- [Prompt]:
Using the data below, return the stretch from the line that contains "#220=LINE('',#22,#99);" through the line that contains "END-ISO-10303-21;", both included, exactly as it stands and nothing beyond it.

- [Data to examine]:
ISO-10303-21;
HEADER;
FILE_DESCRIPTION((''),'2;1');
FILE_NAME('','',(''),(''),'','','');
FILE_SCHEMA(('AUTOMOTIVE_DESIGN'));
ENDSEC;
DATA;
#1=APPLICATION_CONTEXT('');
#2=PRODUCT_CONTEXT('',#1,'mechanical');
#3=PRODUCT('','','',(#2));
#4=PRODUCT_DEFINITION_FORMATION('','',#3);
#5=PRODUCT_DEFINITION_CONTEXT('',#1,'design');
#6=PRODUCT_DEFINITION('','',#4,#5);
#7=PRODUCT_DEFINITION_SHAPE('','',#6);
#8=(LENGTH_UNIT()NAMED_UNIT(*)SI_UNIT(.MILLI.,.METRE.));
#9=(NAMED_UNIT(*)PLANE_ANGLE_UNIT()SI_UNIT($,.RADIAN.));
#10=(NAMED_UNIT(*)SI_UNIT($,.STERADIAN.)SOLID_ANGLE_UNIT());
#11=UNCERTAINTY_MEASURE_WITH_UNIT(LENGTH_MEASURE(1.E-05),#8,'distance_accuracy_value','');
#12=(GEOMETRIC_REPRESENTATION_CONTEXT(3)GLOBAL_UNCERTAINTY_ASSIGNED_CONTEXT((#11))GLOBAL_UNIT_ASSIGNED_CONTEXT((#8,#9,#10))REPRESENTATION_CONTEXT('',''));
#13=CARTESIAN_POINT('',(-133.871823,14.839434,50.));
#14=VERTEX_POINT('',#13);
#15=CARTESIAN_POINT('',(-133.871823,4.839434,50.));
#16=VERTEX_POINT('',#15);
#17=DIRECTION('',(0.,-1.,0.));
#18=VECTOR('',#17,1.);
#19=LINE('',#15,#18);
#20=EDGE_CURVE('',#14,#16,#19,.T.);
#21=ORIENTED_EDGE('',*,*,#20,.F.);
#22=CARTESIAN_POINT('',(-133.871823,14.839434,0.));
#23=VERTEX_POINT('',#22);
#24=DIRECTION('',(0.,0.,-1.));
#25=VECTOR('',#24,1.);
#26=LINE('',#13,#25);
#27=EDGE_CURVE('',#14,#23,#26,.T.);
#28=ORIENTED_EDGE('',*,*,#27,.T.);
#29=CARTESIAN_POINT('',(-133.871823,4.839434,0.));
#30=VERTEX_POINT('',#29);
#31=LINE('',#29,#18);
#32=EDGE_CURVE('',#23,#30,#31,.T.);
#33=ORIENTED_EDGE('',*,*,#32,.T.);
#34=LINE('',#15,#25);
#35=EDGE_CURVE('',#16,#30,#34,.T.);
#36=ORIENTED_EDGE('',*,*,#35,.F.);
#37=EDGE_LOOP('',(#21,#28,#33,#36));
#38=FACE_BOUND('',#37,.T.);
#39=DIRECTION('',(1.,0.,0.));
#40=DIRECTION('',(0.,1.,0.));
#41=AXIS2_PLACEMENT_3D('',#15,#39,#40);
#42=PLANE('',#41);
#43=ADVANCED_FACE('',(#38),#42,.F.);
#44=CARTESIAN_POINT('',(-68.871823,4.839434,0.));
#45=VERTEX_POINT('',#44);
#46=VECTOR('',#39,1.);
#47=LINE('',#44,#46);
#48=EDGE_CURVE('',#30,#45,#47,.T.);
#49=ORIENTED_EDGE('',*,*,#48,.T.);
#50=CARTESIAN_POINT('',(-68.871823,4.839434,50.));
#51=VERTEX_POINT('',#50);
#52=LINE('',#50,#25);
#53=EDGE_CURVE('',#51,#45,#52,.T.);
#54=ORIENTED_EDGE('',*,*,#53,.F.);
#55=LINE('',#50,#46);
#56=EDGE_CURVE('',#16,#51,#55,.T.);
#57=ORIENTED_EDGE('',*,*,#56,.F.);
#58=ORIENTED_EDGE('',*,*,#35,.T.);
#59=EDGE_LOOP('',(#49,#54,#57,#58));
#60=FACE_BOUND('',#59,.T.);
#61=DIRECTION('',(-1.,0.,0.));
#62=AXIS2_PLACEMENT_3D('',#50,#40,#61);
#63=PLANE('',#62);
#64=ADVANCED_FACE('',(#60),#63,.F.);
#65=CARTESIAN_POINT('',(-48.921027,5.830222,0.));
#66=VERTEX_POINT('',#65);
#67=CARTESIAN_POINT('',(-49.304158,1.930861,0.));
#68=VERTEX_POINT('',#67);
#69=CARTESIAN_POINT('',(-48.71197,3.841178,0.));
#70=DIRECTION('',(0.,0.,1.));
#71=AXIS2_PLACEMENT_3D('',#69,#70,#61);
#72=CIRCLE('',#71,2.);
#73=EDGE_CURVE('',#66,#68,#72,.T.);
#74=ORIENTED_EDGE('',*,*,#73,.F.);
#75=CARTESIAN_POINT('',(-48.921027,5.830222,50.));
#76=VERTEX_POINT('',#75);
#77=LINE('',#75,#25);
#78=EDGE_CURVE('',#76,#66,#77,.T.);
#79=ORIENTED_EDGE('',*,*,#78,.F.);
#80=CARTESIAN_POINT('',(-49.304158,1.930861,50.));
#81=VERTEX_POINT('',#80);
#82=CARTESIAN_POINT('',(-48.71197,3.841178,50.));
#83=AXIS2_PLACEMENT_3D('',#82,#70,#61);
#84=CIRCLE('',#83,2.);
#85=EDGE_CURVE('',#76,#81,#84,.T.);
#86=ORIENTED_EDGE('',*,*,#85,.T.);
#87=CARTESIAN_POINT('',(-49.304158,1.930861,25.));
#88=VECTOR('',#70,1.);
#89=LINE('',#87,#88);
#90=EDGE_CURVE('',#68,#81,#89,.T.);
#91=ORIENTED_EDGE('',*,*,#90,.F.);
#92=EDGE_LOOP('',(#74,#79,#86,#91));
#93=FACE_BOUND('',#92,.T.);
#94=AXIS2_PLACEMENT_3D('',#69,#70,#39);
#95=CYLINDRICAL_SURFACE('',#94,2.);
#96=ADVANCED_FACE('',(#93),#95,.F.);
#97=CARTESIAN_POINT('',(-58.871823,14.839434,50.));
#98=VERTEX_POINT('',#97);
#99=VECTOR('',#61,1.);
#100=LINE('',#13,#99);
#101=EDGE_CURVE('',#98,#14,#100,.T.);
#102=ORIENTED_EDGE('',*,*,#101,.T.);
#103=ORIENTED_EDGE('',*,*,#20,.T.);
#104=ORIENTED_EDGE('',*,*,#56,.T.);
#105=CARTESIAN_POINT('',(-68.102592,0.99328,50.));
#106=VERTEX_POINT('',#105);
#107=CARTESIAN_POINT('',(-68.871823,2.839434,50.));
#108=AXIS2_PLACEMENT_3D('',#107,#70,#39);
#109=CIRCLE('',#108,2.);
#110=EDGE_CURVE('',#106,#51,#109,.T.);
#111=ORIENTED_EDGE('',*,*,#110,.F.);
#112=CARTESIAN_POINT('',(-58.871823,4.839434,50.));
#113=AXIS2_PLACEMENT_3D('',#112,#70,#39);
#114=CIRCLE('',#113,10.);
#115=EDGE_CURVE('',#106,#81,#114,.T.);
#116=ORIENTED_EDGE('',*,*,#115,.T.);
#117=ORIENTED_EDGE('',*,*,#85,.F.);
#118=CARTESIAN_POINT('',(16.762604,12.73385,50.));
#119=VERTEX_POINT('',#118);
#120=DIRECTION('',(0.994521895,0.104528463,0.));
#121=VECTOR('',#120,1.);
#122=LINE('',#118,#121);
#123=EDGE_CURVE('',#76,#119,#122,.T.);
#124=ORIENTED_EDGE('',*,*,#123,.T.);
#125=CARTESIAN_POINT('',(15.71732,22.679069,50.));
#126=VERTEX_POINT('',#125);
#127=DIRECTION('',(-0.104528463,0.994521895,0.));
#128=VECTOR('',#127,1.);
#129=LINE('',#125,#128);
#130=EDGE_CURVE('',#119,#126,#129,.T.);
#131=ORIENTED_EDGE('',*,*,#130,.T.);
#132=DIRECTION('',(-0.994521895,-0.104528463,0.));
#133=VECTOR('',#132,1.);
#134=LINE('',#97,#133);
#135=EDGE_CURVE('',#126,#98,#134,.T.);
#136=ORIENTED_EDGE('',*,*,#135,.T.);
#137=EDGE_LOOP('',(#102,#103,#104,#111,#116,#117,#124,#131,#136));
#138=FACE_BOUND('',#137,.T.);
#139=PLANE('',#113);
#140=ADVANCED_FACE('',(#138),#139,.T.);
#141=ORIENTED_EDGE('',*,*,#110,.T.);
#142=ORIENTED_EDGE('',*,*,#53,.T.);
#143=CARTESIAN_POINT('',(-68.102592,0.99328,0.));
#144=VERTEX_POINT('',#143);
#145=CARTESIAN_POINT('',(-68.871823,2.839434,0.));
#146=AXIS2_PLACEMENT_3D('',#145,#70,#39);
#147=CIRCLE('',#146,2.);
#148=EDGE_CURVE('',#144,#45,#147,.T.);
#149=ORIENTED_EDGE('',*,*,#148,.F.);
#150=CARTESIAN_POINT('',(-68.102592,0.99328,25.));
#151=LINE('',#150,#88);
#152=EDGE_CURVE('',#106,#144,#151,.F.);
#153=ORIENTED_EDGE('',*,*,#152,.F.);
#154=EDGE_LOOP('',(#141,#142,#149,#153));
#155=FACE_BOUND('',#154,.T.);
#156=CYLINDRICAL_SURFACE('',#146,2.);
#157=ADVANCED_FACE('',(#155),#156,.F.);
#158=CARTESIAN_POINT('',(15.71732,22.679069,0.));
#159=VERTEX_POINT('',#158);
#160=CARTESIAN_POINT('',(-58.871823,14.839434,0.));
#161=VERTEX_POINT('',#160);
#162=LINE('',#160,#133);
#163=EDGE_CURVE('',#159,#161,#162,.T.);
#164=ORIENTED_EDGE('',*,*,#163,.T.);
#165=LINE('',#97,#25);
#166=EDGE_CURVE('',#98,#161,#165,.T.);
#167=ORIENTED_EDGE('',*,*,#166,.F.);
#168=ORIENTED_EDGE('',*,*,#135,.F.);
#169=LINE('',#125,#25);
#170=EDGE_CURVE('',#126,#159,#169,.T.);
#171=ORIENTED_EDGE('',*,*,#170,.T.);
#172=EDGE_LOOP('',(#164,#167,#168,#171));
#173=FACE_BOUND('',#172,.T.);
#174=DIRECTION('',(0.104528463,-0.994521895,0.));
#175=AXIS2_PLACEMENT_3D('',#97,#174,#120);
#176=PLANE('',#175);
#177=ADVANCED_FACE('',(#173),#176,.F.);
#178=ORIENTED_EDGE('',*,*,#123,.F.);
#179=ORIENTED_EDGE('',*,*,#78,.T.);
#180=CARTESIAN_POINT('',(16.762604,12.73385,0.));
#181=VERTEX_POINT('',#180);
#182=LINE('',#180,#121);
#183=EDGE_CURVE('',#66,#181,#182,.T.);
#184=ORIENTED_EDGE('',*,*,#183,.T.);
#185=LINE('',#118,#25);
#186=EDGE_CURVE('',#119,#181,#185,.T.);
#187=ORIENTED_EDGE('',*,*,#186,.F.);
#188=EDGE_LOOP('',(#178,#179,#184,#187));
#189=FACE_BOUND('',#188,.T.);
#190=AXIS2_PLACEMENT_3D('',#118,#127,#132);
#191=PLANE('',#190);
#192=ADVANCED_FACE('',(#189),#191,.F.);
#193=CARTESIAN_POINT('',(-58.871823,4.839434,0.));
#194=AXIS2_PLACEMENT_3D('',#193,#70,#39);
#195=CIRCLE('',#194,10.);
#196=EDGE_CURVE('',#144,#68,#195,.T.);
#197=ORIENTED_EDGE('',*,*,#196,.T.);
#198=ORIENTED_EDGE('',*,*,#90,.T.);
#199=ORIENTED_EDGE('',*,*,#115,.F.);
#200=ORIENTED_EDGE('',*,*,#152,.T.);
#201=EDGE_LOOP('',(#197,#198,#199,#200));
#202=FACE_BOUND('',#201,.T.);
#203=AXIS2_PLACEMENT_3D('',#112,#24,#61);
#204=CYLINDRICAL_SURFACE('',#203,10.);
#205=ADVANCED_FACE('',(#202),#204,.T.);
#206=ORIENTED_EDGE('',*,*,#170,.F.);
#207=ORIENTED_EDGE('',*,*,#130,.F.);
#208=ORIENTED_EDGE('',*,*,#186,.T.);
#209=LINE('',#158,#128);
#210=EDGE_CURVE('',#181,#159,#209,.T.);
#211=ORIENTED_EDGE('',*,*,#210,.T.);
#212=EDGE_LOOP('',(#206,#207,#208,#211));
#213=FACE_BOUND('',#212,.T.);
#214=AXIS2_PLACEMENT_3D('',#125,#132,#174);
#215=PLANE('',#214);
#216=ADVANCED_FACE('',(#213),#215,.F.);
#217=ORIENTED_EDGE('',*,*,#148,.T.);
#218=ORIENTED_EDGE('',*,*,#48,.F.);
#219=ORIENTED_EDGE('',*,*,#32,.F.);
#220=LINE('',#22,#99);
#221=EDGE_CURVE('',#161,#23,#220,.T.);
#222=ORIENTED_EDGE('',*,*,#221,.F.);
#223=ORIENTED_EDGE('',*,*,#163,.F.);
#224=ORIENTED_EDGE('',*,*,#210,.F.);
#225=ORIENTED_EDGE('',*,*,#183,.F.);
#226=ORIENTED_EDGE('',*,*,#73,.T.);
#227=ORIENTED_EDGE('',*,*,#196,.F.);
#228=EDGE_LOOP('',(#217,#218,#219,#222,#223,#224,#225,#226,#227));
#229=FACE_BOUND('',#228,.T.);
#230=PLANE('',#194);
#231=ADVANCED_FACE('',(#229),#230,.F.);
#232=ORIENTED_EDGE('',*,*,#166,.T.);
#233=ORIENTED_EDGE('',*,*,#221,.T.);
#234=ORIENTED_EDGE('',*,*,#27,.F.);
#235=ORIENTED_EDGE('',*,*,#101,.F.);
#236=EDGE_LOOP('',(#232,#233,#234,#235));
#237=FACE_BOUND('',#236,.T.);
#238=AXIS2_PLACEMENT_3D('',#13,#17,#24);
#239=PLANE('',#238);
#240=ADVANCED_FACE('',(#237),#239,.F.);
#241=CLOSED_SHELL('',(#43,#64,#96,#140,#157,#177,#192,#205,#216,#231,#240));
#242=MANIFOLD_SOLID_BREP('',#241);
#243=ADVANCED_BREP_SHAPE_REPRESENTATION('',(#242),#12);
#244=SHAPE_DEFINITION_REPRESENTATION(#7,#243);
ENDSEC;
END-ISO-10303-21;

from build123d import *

# Parameters (mm, degrees)
BOSS_EXTRUDE1_DEPTH = 50
CUT_EXTRUDE1_DEPTH  = 50


with BuildPart() as part:
    # Sketch2 → Boss-Extrude1 (new body)
    with BuildSketch(Plane.XY):
        with BuildLine():
            Line((-133.871822526, 14.839434035), (-58.871822526, 14.839434035))
            Line((-58.871822526, 14.839434035), (15.717319626, 22.67906878))
            Line((15.717319626, 22.67906878), (16.762604259, 12.733849826))
            Line((16.762604259, 12.733849826), (-48.921026621, 5.830222033))
            ThreePointArc((-48.921026621, 5.830222033), (-58.375818015, -5.148257366), (-68.871822526, 4.839434035))
            Line((-68.871822526, 4.839434035), (-133.871822526, 4.839434035))
            Line((-133.871822526, 4.839434035), (-133.871822526, 14.839434035))
        make_face()
    extrude(amount=BOSS_EXTRUDE1_DEPTH)

    # Sketch4 → Cut-Extrude1 (cut)
    with BuildSketch(Plane.XY.offset(50)):
        with BuildLine():
            Line((-68.871822526, 0.839434035), (-68.871822526, 4.839434035))
            ThreePointArc((-68.871822526, 4.839434035), (-66.871822526, 2.839434035), (-68.871822526, 0.839434035))
        make_face()
        with BuildLine():
            Line((-48.502912768, 1.852134452), (-48.921026621, 5.830222033))
            ThreePointArc((-48.921026621, 5.830222033), (-50.701013486, 3.632121316), (-48.502912768, 1.852134452))
        make_face()
    extrude(amount=-CUT_EXTRUDE1_DEPTH, mode=Mode.SUBTRACT)


solid = part.part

- [Problem solution]:
#220=LINE('',#22,#99);
#221=EDGE_CURVE('',#161,#23,#220,.T.);
#222=ORIENTED_EDGE('',*,*,#221,.F.);
#223=ORIENTED_EDGE('',*,*,#163,.F.);
#224=ORIENTED_EDGE('',*,*,#210,.F.);
#225=ORIENTED_EDGE('',*,*,#183,.F.);
#226=ORIENTED_EDGE('',*,*,#73,.T.);
#227=ORIENTED_EDGE('',*,*,#196,.F.);
#228=EDGE_LOOP('',(#217,#218,#219,#222,#223,#224,#225,#226,#227));
#229=FACE_BOUND('',#228,.T.);
#230=PLANE('',#194);
#231=ADVANCED_FACE('',(#229),#230,.F.);
#232=ORIENTED_EDGE('',*,*,#166,.T.);
#233=ORIENTED_EDGE('',*,*,#221,.T.);
#234=ORIENTED_EDGE('',*,*,#27,.F.);
#235=ORIENTED_EDGE('',*,*,#101,.F.);
#236=EDGE_LOOP('',(#232,#233,#234,#235));
#237=FACE_BOUND('',#236,.T.);
#238=AXIS2_PLACEMENT_3D('',#13,#17,#24);
#239=PLANE('',#238);
#240=ADVANCED_FACE('',(#237),#239,.F.);
#241=CLOSED_SHELL('',(#43,#64,#96,#140,#157,#177,#192,#205,#216,#231,#240));
#242=MANIFOLD_SOLID_BREP('',#241);
#243=ADVANCED_BREP_SHAPE_REPRESENTATION('',(#242),#12);
#244=SHAPE_DEFINITION_REPRESENTATION(#7,#243);
ENDSEC;
END-ISO-10303-21;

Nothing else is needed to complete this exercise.